Hong Kong braces for busy protest timetable ahead of China National Day

FAN Editor
Anti-government protesters attend a rally at Edinburgh Place in Hong Kong
Anti-government protesters attend a rally at Edinburgh Place to show solidarity with detained political activists held at San Uk Ling detention center in Hong Kong, China September 27, 2019. REUTERS/Athit Perawongmetha

September 28, 2019

By Angie Teo and Joyce Zhou

HONG KONG (Reuters) – Hong Kong pro-democracy protesters were planning to rebuild “Lennon Walls” of anti-government graffiti on Saturday as they mark the fifth anniversary of the “Umbrella” street movement that gridlocked the Chinese-ruled city for weeks.

A series of pro- and anti-Beijing protests is planned ahead of the 70th anniversary of the People’s Republic of China on Tuesday, including at the consulate of former colonial power Britain.

Anti-government protesters have attacked the legislature, Beijing’s main Liaison Office, occupied the airport, thrown petrol bombs at police, vandalized metro stations and set street fires in more than three months of unrest.

Police have responded with tear gas, water cannon, rubber bullets and occasional live rounds fired into the air.

“They are not our children,” China supporter Yau Mei-kwang said of the frontline activists. “Because at this age, they should be studying, not running to the airport, hitting people, hitting the police, insulting people. That is not right.”

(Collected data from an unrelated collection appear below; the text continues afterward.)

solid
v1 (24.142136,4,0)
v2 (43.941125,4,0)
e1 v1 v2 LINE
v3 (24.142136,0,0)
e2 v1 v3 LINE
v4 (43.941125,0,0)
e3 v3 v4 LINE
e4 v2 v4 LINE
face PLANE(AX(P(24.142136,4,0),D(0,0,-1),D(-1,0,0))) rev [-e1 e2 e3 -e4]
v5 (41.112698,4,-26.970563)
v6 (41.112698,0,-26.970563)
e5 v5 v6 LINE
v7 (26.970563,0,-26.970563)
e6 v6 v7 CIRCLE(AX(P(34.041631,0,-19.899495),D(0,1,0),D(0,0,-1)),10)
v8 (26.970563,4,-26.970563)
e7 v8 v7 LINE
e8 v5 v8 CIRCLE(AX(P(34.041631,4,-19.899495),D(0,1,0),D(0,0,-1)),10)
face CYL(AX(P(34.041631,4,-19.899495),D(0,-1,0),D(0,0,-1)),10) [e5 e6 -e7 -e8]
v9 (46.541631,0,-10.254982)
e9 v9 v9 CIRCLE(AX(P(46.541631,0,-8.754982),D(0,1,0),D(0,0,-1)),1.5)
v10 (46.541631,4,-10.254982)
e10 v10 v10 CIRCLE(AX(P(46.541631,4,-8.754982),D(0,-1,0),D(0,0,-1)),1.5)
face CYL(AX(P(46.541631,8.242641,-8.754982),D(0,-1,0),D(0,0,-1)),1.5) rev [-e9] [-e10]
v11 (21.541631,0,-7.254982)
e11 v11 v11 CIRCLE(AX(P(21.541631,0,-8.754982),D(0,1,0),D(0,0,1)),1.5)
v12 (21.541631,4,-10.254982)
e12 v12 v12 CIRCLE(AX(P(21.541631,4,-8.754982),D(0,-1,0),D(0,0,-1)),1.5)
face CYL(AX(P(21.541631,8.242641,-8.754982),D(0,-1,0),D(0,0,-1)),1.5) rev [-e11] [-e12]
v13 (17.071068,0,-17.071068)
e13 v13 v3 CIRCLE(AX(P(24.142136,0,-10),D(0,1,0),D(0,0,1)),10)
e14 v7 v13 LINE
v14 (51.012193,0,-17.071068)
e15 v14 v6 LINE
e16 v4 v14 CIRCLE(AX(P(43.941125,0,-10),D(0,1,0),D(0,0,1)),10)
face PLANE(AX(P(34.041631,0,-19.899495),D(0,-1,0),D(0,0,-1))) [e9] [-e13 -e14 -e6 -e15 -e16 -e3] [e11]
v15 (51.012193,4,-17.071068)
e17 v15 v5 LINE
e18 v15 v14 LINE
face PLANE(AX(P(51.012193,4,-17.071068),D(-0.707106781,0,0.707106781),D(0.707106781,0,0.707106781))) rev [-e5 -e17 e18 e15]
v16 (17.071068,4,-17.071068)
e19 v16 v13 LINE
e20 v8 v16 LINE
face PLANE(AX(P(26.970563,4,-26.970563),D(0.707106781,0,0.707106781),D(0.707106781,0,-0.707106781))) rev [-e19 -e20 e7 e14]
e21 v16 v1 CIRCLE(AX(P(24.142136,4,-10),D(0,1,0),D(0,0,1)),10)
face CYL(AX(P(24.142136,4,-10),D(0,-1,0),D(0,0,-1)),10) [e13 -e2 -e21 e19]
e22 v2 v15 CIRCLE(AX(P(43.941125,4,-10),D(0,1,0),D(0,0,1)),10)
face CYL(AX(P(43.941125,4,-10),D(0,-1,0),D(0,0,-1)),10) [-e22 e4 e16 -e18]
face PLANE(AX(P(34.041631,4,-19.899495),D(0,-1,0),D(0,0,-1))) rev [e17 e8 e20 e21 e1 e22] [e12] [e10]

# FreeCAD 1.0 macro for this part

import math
import FreeCAD as App
import Part
import Sketcher

doc = App.newDocument("Part")
body = doc.addObject("PartDesign::Body", "Body")

sketch1 = body.newObject("Sketcher::SketchObject", "Sketch")
sketch1.AttachmentSupport = (doc.getObject("XZ_Plane"), [""])
sketch1.MapMode = "FlatFace"
sketch1.addGeometry([
    Part.LineSegment(App.Vector(27, -27, 0), App.Vector(17, -17, 0)),
    Part.ArcOfCircle(Part.Circle(App.Vector(24, -10, 0), App.Vector(0, 0, 1), 10), math.radians(90), math.radians(225)),
    Part.LineSegment(App.Vector(24, 0, 0), App.Vector(44, 0, 0)),
    Part.ArcOfCircle(Part.Circle(App.Vector(44, -10, 0), App.Vector(0, 0, 1), 10), math.radians(-45), math.radians(90)),
    Part.LineSegment(App.Vector(51, -17, 0), App.Vector(41, -27, 0)),
    Part.ArcOfCircle(Part.Circle(App.Vector(34, -20, 0), App.Vector(0, 0, 1), 10), math.radians(-135), math.radians(-45)),
], False)
sketch1.addConstraint([
    Sketcher.Constraint("Tangent", 0, 2, 1, 2),
    Sketcher.Constraint("Tangent", 1, 1, 2, 1),
    Sketcher.Constraint("Tangent", 2, 2, 3, 2),
    Sketcher.Constraint("Tangent", 3, 1, 4, 1),
    Sketcher.Constraint("Tangent", 4, 2, 5, 2),
    Sketcher.Constraint("Tangent", 5, 1, 0, 1),
    Sketcher.Constraint("Horizontal", 2),
    Sketcher.Constraint("Equal", 1, 3),
    Sketcher.Constraint("Equal", 3, 5),
    Sketcher.Constraint("PointOnObject", 1, 1, -1),
    Sketcher.Constraint("Perpendicular", 0, 4),
    Sketcher.Constraint("Horizontal", 0, 2, 3, 1),
    Sketcher.Constraint("Radius", 1, 10.0),
    Sketcher.Constraint("Distance", 0, 14.0),
    Sketcher.Constraint("DistanceX", -1, 1, 4, 2, 41.112698),
])
pad1 = body.newObject("PartDesign::Pad", "Pad")
pad1.Profile = sketch1
pad1.Length = 4
pad1.Reversed = True

sketch2 = body.newObject("Sketcher::SketchObject", "Sketch001")
sketch2.AttachmentSupport = (doc.getObject("XZ_Plane"), [""])
sketch2.MapMode = "FlatFace"
sketch2.addGeometry([
    Part.Circle(App.Vector(21.5, -8.8, 0), App.Vector(0, 0, 1), 1.5),
    Part.Circle(App.Vector(46.5, -8.8, 0), App.Vector(0, 0, 1), 1.5),
], False)
sketch2.addConstraint([
    Sketcher.Constraint("Equal", 0, 1),
    Sketcher.Constraint("Horizontal", 0, 3, 1, 3),
    Sketcher.Constraint("Diameter", 0, 3.0),
    Sketcher.Constraint("DistanceX", 0, 3, 1, 3, 25.0),
    Sketcher.Constraint("DistanceX", -1, 1, 0, 3, 21.541631),
    Sketcher.Constraint("DistanceY", 0, 3, -1, 1, 8.754982),
])
pocket1 = body.newObject("PartDesign::Pocket", "Pocket")
pocket1.Profile = sketch2
pocket1.Length = 4

doc.recompute()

A pro-democracy protester who only gave his name as Wong defended the use of violence.

“We know that they will not listen if we rally in peace because we are not on the same level,” he said.

The anti-government protesters are angry about what they see as creeping Chinese interference in Hong Kong, which returned to China in 1997 under a “one country, two systems” formula intended to guarantee freedoms that are not enjoyed on the mainland.

China vehemently denies meddling. It has accused foreign governments, including the United States and Britain, of fanning the unrest.

Protesters appealed to the British two weeks ago to rein in China and ensure it respects the city’s freedoms.

Britain says it has a legal responsibility to ensure China abides by the 1984 Sino-British Joint Declaration, which lays out the “one country, two systems” arrangement.

At the same time, it is pinning its hopes on closer trade and investment cooperation with China, which since 1997 has risen to become the world’s second-largest economy, after it leaves the European Union at the end of October.

UMBRELLA FAILURE

The protests were sparked in June by planned legislation, since withdrawn, that would have allowed the extradition of suspected criminals to mainland China. But they have since expanded into a broader pro-democracy movement.

Saturday is the fifth anniversary of the start of the “Umbrella” protests, student-led demonstrations that gridlocked the city for 79 days in 2014 calling for universal suffrage that failed to wrest concessions from Beijing. Thousands of people are expected to rally in the city center in the evening.

One of the leaders of those protests, the bespectacled Joshua Wong, 22, said on Saturday he will run for local district council elections in November.

“I will join the protest assembly tonight, during this weekend and also during 1st October,” he told reporters. “It’s time to let Emperor Xi (Chinese President Xi Jinping) be aware that now is our battle… We stand in solidarity, we stand as one.”

Wong is on bail after being charged with inciting and participating in an unauthorized assembly outside police headquarters on June 21.

Protests are also expected on Sunday to mark Global Anti-Totalitarianism Day, with solidarity events planned in cities across the world, including Paris, Berlin, Taipei, New York, Kiev and London.

But the biggest protests are likely to be on Oct. 1, marking the anniversary of the founding of the People’s Republic of China in 1949.

Activists plan a mass rally from Victoria Park in the bustling Causeway Bay district to Chater Garden, a cricket pitch back in colonial days, in downtown Central.

Official festivities for National Day have been scaled back, with authorities keen to avoid embarrassing Beijing at a time when President Xi Jinping is seeking to project an image of national strength and unity.

The Lennon Walls are large mosaics of Post-it notes calling for democracy which have cropped up in underpasses, under footbridges, outside shopping centers, at bus stops and universities and elsewhere across the territory.

Some Lennon Walls were torn down by pro-Beijing activists last weekend.